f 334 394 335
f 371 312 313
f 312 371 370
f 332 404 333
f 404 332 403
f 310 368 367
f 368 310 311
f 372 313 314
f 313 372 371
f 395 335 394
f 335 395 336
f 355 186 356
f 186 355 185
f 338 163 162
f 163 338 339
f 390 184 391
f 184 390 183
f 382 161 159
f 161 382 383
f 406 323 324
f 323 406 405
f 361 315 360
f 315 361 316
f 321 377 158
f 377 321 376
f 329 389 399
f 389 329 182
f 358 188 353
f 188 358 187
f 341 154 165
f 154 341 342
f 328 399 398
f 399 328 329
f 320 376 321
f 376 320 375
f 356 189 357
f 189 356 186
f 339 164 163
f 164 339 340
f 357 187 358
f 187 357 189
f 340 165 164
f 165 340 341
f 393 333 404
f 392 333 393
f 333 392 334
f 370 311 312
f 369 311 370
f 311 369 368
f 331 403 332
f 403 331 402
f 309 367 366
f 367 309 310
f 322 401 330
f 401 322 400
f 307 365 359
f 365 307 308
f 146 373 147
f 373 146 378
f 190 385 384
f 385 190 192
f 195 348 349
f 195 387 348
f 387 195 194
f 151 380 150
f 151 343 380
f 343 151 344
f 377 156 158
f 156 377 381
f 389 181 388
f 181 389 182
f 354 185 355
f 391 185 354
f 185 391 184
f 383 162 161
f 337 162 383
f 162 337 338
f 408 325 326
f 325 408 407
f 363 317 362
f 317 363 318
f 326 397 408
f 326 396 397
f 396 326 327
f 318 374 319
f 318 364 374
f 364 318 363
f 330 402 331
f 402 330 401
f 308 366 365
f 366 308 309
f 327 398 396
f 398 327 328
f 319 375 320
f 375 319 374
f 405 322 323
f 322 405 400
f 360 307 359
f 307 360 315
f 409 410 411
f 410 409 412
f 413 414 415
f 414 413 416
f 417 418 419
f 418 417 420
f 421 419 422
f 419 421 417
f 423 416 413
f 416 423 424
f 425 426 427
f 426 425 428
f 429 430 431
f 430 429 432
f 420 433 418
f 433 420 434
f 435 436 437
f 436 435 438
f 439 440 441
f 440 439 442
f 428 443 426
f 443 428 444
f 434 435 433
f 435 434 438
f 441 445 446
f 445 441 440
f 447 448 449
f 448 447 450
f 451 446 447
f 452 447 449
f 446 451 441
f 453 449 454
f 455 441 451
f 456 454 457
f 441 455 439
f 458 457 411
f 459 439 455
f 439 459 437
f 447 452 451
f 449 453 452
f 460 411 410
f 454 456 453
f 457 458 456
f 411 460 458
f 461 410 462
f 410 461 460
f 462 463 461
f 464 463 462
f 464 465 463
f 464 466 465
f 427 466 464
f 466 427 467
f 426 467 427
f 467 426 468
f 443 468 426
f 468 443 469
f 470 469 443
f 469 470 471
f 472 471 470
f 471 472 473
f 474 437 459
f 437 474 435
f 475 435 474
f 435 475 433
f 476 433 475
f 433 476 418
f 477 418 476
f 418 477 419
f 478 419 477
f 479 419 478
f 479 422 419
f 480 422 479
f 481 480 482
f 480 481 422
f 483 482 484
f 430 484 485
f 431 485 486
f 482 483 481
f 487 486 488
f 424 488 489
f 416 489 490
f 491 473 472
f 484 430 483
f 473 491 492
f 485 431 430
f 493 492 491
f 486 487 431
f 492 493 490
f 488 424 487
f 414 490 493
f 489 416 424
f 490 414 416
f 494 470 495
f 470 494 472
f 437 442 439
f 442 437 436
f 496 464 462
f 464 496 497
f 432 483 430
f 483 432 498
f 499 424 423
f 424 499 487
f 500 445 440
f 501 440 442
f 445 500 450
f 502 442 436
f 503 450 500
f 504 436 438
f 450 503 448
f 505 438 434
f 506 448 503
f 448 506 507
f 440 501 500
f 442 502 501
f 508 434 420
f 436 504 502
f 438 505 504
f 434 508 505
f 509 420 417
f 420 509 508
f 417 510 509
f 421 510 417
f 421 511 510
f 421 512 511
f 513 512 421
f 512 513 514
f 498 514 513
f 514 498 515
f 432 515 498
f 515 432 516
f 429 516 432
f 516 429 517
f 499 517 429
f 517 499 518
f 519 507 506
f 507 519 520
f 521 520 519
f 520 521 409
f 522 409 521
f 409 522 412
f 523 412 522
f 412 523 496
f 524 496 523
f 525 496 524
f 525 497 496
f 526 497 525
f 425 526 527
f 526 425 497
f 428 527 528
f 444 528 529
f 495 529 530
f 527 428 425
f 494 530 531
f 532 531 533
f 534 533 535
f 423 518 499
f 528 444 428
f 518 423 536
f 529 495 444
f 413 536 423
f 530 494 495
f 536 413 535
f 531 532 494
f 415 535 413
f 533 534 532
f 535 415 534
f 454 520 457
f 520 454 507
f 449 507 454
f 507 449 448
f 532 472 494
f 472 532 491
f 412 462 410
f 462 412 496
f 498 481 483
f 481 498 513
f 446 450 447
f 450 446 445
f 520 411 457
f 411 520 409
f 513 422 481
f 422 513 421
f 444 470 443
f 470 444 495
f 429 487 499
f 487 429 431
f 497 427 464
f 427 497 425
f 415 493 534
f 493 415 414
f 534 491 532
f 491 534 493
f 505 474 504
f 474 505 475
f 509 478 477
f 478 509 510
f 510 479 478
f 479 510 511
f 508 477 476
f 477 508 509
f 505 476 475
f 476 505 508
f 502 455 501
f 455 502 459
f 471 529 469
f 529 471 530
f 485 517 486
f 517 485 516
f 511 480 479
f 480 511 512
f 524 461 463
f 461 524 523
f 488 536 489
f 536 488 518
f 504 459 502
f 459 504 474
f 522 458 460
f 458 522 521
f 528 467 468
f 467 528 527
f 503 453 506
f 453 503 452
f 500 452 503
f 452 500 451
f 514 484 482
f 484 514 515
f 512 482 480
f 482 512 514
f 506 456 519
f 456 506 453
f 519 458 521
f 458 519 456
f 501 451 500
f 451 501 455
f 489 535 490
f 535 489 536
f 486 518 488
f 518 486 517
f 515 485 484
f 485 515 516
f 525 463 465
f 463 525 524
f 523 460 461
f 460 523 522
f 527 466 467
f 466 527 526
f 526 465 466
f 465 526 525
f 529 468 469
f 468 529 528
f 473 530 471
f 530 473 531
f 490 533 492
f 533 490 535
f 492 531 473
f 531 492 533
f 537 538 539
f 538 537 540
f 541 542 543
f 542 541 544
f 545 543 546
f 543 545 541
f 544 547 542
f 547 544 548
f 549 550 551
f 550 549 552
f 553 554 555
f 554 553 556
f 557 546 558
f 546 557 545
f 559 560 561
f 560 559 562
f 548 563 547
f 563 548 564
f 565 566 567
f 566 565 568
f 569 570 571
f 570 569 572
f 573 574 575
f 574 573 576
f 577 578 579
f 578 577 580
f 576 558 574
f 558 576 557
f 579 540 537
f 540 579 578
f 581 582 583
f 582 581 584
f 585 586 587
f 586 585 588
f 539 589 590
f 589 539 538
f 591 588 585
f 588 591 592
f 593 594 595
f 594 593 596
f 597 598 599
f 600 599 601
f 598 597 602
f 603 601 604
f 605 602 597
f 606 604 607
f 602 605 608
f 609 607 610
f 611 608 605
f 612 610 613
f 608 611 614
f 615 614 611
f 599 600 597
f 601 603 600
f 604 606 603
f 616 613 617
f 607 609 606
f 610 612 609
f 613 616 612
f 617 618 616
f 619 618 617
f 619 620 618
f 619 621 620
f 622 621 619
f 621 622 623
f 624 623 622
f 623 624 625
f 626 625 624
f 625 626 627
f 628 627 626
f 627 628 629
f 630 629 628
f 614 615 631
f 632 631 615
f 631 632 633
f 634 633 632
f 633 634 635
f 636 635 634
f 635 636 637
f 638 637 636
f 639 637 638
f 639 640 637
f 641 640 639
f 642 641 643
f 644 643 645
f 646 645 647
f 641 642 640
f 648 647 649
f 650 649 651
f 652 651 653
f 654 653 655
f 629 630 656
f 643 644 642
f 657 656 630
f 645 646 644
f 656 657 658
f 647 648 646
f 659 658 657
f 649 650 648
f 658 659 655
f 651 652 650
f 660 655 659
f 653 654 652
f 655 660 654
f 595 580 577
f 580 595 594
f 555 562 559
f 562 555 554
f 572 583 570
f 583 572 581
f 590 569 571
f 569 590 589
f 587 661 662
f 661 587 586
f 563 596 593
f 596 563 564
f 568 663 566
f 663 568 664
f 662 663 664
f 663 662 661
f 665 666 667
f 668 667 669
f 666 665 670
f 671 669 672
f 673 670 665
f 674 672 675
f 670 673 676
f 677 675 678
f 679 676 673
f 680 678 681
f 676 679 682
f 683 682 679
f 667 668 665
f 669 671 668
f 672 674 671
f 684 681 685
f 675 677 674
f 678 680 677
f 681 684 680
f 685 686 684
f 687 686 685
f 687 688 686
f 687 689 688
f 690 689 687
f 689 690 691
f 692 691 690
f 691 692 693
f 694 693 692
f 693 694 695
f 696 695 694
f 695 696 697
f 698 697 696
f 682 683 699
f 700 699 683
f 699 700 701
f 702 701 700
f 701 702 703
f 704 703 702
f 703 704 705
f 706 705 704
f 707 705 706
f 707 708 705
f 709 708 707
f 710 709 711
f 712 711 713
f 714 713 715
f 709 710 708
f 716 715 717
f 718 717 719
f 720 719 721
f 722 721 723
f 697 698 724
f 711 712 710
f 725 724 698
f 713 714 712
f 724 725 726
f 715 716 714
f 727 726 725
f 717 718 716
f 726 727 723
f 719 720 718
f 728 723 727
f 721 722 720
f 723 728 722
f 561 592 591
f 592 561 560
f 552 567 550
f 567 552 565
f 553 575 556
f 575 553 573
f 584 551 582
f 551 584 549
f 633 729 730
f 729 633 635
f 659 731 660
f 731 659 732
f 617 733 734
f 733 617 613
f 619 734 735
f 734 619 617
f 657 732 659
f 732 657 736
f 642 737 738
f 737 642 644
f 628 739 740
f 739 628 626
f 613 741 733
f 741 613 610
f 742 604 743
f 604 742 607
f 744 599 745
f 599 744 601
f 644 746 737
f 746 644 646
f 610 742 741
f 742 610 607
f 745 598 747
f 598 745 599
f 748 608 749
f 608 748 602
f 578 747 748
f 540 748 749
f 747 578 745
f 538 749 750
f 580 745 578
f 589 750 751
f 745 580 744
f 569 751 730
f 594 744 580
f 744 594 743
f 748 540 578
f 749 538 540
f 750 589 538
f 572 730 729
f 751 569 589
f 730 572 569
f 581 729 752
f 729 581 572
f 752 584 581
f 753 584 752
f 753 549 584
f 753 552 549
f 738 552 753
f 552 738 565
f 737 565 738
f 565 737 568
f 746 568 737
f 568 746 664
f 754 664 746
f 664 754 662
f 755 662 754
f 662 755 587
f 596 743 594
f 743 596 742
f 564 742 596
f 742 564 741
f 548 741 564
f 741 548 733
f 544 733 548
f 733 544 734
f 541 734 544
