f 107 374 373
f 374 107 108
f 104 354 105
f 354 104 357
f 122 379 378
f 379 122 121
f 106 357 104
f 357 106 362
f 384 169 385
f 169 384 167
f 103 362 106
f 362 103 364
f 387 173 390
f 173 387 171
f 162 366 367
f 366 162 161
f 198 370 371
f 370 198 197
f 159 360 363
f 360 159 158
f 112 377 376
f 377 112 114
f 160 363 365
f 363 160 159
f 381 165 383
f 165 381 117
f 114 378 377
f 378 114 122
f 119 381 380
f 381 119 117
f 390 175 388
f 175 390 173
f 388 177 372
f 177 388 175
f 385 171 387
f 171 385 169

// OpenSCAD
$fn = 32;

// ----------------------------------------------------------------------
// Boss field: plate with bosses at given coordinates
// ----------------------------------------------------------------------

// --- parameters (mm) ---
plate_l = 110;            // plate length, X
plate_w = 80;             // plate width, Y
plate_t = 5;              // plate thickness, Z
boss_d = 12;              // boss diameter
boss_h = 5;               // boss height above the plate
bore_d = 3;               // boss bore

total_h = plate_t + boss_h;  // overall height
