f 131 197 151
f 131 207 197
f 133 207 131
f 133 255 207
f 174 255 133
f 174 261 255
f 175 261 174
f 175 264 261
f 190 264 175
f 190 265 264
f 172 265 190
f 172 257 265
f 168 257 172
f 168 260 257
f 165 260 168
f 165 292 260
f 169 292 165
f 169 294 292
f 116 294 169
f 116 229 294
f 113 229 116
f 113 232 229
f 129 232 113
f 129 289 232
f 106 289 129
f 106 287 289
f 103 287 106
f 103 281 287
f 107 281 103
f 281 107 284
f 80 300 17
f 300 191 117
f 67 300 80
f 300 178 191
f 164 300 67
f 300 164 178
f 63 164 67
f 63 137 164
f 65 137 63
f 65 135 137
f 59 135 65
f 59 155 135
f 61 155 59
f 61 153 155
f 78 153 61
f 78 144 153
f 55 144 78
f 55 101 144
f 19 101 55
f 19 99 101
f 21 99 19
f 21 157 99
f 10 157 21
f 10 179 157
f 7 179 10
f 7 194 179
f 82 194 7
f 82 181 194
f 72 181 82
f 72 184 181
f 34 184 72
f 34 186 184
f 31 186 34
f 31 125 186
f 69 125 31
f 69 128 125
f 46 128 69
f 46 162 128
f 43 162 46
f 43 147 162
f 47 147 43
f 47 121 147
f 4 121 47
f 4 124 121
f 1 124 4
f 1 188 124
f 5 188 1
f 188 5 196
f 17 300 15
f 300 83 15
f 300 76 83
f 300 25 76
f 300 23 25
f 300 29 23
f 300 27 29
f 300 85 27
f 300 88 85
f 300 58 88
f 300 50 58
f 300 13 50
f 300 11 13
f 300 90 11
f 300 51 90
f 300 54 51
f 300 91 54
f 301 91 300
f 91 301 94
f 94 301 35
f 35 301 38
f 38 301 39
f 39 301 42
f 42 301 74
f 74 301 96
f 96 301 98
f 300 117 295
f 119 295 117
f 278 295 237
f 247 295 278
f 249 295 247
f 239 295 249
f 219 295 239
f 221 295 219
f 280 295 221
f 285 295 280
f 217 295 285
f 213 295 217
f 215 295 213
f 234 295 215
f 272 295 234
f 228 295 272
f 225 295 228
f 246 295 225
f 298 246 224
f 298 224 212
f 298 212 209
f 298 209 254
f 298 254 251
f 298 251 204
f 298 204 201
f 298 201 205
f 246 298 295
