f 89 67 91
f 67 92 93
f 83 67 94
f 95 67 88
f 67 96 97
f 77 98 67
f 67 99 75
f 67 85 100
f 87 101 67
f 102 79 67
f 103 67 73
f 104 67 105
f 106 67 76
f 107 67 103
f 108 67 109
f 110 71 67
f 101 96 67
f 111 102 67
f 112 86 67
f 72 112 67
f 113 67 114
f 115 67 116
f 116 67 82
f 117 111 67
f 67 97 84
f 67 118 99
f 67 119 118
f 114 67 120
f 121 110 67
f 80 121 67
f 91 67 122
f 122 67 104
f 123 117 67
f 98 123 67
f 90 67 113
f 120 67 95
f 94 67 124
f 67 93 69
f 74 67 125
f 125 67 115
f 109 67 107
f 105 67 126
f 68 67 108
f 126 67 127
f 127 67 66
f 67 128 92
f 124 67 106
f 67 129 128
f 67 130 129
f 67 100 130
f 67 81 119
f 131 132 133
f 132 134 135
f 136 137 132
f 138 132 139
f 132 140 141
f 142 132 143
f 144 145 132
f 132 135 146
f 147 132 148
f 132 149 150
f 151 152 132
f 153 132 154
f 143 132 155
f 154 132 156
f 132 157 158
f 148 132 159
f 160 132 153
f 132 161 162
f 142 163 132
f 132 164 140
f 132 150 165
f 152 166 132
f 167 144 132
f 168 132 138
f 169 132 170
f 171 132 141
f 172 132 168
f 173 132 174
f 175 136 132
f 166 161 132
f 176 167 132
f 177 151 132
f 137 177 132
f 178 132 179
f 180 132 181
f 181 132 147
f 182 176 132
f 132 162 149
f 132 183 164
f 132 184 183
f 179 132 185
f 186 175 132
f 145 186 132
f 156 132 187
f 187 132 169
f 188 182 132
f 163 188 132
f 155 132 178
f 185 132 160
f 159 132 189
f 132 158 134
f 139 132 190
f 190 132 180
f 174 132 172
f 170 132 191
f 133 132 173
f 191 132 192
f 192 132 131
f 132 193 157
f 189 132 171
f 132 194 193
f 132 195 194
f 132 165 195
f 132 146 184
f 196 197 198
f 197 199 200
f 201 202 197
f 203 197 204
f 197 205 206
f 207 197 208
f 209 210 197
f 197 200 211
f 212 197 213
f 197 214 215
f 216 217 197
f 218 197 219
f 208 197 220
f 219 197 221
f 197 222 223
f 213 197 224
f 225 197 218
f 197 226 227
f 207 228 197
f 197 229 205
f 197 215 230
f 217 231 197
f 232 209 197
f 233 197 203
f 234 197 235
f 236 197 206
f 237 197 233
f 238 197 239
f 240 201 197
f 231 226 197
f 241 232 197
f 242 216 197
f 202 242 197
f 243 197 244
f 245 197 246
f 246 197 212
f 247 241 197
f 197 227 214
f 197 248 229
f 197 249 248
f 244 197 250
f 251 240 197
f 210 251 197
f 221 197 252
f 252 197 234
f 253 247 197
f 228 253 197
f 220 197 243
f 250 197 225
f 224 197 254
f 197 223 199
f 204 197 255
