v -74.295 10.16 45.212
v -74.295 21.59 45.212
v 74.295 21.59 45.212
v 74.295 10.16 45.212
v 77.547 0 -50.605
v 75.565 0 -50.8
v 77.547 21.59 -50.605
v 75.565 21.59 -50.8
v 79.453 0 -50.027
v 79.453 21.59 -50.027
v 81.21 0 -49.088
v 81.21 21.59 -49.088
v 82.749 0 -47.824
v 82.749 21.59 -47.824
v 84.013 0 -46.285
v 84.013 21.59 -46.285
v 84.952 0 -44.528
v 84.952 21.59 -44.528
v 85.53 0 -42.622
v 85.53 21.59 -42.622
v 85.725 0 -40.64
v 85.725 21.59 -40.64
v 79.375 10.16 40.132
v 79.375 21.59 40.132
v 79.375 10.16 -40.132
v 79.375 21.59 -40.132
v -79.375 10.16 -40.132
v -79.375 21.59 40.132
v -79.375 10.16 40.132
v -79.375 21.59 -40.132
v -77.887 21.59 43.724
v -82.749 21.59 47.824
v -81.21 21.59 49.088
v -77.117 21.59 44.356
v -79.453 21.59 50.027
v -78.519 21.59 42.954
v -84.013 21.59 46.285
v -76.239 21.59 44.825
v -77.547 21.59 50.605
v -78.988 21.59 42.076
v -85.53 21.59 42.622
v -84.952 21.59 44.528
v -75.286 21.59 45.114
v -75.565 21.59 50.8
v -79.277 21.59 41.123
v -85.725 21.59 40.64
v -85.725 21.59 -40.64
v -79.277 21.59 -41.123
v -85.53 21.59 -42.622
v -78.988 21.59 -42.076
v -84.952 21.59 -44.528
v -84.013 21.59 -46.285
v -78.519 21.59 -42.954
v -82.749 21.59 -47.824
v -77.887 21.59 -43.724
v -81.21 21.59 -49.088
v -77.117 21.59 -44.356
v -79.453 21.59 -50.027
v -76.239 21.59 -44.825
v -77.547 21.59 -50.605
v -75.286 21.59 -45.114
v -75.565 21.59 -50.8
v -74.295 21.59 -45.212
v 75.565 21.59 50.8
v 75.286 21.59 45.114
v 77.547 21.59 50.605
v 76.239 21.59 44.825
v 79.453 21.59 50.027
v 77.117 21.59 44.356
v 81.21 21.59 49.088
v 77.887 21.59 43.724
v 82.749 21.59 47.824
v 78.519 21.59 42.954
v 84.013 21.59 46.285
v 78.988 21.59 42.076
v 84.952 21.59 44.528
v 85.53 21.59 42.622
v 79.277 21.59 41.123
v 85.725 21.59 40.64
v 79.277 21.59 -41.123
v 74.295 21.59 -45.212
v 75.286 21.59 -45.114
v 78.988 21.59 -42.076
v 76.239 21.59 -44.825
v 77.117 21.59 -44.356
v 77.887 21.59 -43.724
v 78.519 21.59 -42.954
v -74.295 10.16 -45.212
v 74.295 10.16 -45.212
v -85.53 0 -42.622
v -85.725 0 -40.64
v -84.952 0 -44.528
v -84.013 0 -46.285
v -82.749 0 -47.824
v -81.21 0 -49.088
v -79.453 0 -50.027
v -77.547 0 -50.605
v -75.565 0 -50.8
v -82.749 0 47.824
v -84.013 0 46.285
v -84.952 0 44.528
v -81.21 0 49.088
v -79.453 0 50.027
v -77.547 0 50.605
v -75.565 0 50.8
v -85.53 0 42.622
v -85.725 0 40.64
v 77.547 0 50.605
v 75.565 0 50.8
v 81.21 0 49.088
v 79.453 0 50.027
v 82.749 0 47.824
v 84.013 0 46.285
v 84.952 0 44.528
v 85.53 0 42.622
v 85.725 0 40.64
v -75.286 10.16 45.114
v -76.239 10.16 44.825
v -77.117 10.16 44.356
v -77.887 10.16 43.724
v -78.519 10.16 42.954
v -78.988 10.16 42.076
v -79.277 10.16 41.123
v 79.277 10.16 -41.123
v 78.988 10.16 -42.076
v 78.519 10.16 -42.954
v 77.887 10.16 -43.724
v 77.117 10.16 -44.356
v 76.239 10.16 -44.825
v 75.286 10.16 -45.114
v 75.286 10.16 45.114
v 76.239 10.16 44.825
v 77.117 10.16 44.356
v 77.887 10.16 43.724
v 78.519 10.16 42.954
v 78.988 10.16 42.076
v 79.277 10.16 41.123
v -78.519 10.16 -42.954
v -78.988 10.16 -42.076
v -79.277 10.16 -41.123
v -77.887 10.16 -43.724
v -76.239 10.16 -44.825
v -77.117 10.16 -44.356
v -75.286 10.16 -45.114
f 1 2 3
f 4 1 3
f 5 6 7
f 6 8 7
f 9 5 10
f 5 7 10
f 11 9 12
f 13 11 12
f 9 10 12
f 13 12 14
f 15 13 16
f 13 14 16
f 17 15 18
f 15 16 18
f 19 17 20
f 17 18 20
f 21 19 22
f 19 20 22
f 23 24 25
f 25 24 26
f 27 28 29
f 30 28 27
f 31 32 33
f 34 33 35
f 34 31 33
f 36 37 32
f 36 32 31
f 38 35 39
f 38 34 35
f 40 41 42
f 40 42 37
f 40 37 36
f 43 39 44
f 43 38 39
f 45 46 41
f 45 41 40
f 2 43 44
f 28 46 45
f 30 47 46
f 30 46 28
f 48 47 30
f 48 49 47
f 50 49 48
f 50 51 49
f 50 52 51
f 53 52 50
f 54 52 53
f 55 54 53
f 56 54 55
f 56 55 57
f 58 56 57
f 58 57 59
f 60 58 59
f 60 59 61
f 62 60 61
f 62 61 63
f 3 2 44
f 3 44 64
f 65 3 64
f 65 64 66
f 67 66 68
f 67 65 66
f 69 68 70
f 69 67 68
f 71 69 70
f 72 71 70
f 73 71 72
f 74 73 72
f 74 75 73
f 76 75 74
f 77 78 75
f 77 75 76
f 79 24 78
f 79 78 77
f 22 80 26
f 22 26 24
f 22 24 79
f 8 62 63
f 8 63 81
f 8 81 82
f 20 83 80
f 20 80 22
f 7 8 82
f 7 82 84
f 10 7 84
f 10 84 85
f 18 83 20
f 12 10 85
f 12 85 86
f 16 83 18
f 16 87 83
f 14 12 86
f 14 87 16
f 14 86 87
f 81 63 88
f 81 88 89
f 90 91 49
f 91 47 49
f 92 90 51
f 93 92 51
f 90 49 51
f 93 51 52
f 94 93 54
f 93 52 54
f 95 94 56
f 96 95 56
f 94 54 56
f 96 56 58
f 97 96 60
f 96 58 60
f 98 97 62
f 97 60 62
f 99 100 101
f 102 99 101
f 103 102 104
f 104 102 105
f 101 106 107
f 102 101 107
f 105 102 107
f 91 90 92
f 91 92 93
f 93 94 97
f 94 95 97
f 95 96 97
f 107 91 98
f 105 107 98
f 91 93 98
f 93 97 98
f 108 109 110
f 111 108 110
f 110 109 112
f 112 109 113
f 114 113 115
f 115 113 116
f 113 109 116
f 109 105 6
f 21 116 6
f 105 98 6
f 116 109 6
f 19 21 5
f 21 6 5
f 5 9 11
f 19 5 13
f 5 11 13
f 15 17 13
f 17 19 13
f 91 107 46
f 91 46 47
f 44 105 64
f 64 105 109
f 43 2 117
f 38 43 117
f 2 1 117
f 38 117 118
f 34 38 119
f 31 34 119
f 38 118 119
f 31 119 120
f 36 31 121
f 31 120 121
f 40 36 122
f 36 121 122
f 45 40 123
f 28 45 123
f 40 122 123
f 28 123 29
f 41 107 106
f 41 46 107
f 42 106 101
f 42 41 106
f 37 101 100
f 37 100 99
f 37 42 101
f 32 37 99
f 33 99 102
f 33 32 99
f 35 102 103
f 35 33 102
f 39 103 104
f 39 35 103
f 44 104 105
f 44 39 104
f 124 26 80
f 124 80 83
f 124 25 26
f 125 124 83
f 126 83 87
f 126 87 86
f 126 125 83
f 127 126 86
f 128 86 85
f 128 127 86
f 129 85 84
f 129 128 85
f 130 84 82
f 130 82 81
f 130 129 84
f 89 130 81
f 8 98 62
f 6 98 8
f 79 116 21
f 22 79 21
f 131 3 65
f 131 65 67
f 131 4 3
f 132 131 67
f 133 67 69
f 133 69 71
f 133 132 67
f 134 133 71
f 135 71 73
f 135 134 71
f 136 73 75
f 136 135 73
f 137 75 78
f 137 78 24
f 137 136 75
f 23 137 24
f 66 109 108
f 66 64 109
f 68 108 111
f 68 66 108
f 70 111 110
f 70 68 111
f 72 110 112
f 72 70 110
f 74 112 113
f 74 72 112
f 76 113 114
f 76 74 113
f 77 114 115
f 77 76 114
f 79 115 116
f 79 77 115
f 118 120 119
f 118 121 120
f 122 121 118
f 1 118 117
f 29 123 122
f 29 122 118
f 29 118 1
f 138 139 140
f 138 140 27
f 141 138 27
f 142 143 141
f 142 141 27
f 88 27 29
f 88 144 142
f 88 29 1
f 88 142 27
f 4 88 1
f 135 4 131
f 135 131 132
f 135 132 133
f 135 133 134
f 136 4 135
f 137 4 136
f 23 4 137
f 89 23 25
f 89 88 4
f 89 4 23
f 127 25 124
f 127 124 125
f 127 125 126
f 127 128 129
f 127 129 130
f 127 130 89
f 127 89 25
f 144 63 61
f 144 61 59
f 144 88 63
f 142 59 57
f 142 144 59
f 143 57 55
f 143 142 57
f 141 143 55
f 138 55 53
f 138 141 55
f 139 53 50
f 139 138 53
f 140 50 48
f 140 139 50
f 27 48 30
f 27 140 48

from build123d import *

# Parameters (mm, degrees)
SKETCH1_W           = 171.45
SKETCH1_H           = 101.6
BOSS_EXTRUDE1_DEPTH = 21.59
SKETCH2_W           = 158.75
SKETCH2_H           = 90.424
CUT_EXTRUDE1_DEPTH  = 11.43
FILLET1_R           = 5.08
FILLET2_R           = 10.16


with BuildPart() as part:
    # Sketch1 → Boss-Extrude1 (new body)
    with BuildSketch(Plane(origin=(0, 0, 0), x_dir=(1, 0, 0), z_dir=(0, 1, 0))):
        Rectangle(SKETCH1_W, SKETCH1_H)
    extrude(amount=BOSS_EXTRUDE1_DEPTH)

    # Sketch2 → Cut-Extrude1 (cut)
    with BuildSketch(Plane(origin=(0, 21.59, 0), x_dir=(1, 0, 0), z_dir=(0, 1, 0))):
        Rectangle(SKETCH2_W, SKETCH2_H)
    extrude(amount=-CUT_EXTRUDE1_DEPTH, mode=Mode.SUBTRACT)

    # Fillet1
    fillet1_edges = [part.edges().sort_by_distance(p)[0] for p in [
        (-79.375, 15.875, 45.212),
        (-79.375, 15.875, -45.212),
        (79.375, 15.875, -45.212),
        (79.375, 15.875, 45.212),
    ]]
    fillet(fillet1_edges, radius=FILLET1_R)

    # Fillet2
    fillet2_edges = [part.edges().sort_by_distance(p)[0] for p in [
        (-85.725, 10.795, -50.8),
        (85.725, 10.795, -50.8),
        (85.725, 10.795, 50.8),
        (-85.725, 10.795, 50.8),
    ]]
    fillet(fillet2_edges, radius=FILLET2_R)


solid = part.part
☆ ☆ ☆ ☆ ☆ ☆ ☆
◆ WORK REQUEST
Working from the data above, extract solely the lines from the one containing "f 135 134 71" through the one containing "f 136 4 135", exactly as they appear, both included.

◆ EXERCISE RESULT
f 135 134 71
f 136 73 75
f 136 135 73
f 137 75 78
f 137 78 24
f 137 136 75
f 23 137 24
f 66 109 108
f 66 64 109
f 68 108 111
f 68 66 108
f 70 111 110
f 70 68 111
f 72 110 112
f 72 70 110
f 74 112 113
f 74 72 112
f 76 113 114
f 76 74 113
f 77 114 115
f 77 76 114
f 79 115 116
f 79 77 115
f 118 120 119
f 118 121 120
f 122 121 118
f 1 118 117
f 29 123 122
f 29 122 118
f 29 118 1
f 138 139 140
f 138 140 27
f 141 138 27
f 142 143 141
f 142 141 27
f 88 27 29
f 88 144 142
f 88 29 1
f 88 142 27
f 4 88 1
f 135 4 131
f 135 131 132
f 135 132 133
f 135 133 134
f 136 4 135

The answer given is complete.